Data for the task START
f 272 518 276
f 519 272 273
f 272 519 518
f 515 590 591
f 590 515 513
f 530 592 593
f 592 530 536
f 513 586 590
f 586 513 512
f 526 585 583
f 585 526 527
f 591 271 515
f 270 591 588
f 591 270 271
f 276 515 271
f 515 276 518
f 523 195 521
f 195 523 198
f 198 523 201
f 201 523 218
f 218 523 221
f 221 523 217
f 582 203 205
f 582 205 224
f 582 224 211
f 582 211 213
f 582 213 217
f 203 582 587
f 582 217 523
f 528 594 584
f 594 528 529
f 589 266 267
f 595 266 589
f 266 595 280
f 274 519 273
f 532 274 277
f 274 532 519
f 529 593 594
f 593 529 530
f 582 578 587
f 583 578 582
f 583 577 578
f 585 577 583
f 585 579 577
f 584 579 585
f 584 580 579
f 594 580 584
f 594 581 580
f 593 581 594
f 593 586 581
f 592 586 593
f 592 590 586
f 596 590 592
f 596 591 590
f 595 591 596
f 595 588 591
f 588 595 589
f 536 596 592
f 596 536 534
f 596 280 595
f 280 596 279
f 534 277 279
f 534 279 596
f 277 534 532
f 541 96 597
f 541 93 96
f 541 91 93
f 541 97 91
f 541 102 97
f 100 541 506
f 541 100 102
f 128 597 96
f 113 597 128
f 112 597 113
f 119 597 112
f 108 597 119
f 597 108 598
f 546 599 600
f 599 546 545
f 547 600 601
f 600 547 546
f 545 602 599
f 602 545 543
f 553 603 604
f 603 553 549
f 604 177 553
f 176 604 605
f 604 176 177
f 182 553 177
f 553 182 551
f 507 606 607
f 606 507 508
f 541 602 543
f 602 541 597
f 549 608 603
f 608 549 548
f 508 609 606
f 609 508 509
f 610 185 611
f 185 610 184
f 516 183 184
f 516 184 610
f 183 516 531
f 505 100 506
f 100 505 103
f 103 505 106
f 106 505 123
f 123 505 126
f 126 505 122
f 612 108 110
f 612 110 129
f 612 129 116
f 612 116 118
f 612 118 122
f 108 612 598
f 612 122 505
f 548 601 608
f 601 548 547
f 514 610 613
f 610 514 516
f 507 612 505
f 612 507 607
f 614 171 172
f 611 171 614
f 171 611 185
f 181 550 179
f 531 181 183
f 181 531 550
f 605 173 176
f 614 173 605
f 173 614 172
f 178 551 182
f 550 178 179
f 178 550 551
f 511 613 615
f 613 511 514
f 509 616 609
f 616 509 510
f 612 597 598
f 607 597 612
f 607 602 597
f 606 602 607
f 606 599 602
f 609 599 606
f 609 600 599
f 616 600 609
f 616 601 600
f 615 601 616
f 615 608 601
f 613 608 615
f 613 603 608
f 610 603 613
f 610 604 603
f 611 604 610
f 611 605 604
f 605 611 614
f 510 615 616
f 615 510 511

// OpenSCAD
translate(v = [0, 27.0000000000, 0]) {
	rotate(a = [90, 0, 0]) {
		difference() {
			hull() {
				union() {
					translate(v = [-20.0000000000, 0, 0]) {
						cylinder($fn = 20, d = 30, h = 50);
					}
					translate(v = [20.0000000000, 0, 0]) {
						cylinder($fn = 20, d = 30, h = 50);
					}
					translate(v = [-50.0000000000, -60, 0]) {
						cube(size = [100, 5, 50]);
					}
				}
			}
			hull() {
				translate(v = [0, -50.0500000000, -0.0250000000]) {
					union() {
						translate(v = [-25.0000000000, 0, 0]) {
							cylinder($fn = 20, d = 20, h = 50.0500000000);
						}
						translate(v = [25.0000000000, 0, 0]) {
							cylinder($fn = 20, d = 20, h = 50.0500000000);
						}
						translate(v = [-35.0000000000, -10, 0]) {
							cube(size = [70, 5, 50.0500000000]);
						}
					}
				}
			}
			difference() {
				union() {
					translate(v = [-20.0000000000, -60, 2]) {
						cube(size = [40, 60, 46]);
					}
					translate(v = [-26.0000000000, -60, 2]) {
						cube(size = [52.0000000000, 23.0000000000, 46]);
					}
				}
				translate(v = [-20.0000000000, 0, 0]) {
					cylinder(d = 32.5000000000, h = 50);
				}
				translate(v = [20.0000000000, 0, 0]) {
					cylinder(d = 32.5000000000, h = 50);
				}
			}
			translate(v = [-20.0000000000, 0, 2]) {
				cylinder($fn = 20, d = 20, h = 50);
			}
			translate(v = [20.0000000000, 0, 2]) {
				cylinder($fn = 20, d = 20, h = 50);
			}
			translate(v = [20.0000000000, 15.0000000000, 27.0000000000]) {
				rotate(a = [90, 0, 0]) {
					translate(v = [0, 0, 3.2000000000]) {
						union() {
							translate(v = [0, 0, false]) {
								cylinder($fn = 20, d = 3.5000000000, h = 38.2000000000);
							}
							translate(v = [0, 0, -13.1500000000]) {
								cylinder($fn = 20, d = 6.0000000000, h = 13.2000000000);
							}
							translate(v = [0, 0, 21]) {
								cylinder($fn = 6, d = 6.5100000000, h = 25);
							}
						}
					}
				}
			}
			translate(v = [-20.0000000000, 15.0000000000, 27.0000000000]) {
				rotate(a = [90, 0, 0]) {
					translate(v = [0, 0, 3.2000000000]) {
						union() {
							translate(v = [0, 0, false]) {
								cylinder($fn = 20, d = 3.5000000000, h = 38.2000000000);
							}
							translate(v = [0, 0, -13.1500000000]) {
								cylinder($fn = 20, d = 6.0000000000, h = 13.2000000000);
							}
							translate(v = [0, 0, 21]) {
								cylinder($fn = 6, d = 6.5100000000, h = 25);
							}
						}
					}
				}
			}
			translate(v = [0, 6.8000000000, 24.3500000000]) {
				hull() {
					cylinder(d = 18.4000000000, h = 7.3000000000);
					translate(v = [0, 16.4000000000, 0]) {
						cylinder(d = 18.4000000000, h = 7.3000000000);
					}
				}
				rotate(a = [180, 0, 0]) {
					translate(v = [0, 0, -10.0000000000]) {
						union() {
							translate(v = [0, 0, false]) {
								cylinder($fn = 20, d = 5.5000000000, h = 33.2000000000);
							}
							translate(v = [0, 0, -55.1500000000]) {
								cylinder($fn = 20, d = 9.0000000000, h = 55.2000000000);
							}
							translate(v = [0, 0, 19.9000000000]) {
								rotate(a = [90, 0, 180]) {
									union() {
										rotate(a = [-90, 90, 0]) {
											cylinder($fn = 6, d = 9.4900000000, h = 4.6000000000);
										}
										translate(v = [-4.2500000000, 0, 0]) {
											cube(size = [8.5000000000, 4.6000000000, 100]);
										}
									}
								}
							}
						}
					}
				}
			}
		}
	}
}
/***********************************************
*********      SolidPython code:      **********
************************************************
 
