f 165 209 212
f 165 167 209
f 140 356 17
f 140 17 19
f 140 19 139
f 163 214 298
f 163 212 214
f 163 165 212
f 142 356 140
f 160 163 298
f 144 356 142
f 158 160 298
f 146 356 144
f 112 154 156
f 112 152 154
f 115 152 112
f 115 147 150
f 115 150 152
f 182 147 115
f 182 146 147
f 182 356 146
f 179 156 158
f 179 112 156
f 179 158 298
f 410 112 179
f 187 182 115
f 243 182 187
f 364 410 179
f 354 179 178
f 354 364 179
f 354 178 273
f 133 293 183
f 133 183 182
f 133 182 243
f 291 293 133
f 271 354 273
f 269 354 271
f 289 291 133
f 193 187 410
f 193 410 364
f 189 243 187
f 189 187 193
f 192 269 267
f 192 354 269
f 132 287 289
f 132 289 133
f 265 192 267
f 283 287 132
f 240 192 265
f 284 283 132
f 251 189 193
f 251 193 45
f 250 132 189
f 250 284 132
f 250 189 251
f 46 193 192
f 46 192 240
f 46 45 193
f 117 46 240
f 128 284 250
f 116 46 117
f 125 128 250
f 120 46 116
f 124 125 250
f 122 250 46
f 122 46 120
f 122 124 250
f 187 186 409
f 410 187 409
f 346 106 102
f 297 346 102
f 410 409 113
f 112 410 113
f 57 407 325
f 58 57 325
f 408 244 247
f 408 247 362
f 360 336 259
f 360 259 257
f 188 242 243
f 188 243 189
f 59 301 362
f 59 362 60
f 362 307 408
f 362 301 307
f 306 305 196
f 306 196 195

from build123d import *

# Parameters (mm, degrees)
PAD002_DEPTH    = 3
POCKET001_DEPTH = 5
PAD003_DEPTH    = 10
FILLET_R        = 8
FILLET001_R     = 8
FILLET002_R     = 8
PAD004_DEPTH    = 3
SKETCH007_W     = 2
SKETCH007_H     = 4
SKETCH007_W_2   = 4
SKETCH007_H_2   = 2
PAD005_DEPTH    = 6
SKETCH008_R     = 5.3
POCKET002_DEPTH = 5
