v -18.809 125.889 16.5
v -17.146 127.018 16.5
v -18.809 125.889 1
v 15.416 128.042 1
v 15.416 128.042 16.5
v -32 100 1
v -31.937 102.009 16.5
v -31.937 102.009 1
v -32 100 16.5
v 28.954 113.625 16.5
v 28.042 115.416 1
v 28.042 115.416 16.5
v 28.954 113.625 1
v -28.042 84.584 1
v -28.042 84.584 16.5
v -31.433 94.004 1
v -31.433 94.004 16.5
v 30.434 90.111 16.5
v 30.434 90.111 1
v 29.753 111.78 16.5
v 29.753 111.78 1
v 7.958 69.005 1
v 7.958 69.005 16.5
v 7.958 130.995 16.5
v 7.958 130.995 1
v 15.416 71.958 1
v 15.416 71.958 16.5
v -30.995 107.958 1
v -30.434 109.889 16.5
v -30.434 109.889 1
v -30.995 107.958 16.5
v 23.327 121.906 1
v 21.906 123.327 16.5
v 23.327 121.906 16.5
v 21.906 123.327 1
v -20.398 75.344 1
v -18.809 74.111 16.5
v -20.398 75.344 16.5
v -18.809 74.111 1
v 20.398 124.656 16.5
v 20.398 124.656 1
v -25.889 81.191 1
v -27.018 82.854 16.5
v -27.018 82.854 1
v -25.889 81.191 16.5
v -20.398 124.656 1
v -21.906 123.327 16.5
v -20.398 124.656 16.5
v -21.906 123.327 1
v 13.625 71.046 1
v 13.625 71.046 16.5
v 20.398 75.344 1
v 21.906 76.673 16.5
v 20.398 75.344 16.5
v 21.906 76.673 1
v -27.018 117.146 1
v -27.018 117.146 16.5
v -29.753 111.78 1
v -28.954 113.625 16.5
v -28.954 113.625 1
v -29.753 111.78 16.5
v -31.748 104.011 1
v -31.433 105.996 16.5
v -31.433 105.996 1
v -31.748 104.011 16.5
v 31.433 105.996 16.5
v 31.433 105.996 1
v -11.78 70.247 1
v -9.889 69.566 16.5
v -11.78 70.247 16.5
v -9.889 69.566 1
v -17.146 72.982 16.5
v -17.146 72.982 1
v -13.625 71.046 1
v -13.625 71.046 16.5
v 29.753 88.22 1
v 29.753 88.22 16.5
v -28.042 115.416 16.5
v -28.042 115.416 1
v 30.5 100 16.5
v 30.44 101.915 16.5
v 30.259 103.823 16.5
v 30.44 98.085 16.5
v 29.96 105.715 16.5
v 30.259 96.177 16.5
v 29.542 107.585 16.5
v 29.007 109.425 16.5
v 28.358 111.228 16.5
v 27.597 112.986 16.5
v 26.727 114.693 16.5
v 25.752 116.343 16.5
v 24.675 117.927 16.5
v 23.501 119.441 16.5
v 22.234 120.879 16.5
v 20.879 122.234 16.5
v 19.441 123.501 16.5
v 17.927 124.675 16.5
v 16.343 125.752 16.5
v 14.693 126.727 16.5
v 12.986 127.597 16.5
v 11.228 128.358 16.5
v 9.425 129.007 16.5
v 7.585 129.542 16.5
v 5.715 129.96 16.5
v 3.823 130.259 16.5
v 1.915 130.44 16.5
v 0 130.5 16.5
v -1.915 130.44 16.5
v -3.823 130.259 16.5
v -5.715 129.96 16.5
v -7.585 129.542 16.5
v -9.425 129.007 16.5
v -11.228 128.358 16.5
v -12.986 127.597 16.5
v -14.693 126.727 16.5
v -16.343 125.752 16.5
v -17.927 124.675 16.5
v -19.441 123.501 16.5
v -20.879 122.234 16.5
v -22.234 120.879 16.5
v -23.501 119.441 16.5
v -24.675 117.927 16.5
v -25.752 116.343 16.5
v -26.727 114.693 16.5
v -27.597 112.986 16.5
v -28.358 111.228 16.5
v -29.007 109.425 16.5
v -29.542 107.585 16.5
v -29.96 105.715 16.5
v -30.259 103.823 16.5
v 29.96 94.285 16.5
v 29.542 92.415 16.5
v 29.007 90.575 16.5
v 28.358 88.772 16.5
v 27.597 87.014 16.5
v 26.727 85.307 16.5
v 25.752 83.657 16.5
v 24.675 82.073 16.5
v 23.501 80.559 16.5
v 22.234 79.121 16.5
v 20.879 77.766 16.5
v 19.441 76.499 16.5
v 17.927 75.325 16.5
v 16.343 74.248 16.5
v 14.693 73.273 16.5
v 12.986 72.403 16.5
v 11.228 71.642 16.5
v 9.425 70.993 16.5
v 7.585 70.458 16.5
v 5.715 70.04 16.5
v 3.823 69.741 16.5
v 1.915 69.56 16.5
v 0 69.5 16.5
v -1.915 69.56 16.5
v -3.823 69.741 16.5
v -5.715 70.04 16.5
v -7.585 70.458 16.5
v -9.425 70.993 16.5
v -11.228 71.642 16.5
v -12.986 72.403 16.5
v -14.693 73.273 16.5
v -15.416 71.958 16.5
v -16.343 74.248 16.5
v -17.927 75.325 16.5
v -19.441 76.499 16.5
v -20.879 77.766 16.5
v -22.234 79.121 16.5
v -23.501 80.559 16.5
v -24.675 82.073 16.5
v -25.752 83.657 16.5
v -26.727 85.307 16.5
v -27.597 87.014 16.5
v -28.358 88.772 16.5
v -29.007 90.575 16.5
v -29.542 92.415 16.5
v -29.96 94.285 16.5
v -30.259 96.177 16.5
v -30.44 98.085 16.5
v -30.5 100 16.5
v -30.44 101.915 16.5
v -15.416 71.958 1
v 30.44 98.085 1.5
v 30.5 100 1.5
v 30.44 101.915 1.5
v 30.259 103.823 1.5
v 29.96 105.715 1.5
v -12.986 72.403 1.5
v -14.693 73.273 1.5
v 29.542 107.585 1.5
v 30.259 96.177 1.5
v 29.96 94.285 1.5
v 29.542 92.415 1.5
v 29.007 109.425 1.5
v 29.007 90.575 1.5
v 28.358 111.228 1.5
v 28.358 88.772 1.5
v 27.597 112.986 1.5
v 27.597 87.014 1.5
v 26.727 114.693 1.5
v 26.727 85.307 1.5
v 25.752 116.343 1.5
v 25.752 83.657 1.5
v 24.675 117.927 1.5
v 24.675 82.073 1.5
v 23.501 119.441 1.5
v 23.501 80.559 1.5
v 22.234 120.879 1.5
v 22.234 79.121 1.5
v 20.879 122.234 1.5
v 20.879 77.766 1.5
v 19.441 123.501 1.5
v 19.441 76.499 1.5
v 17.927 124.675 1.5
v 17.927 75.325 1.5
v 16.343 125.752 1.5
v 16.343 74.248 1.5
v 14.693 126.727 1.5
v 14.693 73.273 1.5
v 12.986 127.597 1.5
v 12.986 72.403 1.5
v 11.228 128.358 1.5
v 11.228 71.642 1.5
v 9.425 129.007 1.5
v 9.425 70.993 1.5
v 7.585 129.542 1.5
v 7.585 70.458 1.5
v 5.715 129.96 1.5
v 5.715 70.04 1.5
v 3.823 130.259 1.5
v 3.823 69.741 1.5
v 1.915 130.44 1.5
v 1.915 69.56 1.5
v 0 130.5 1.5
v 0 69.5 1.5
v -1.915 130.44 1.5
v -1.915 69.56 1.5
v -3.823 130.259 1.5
Data for the task END
Task brief – Identify the lines in the entries above that contain "rotate", then copy them out.

Answer area –
	rotate(a = [90, 0, 0]) {
				rotate(a = [90, 0, 0]) {
				rotate(a = [90, 0, 0]) {
				rotate(a = [180, 0, 0]) {
								rotate(a = [90, 0, 180]) {
										rotate(a = [-90, 90, 0]) {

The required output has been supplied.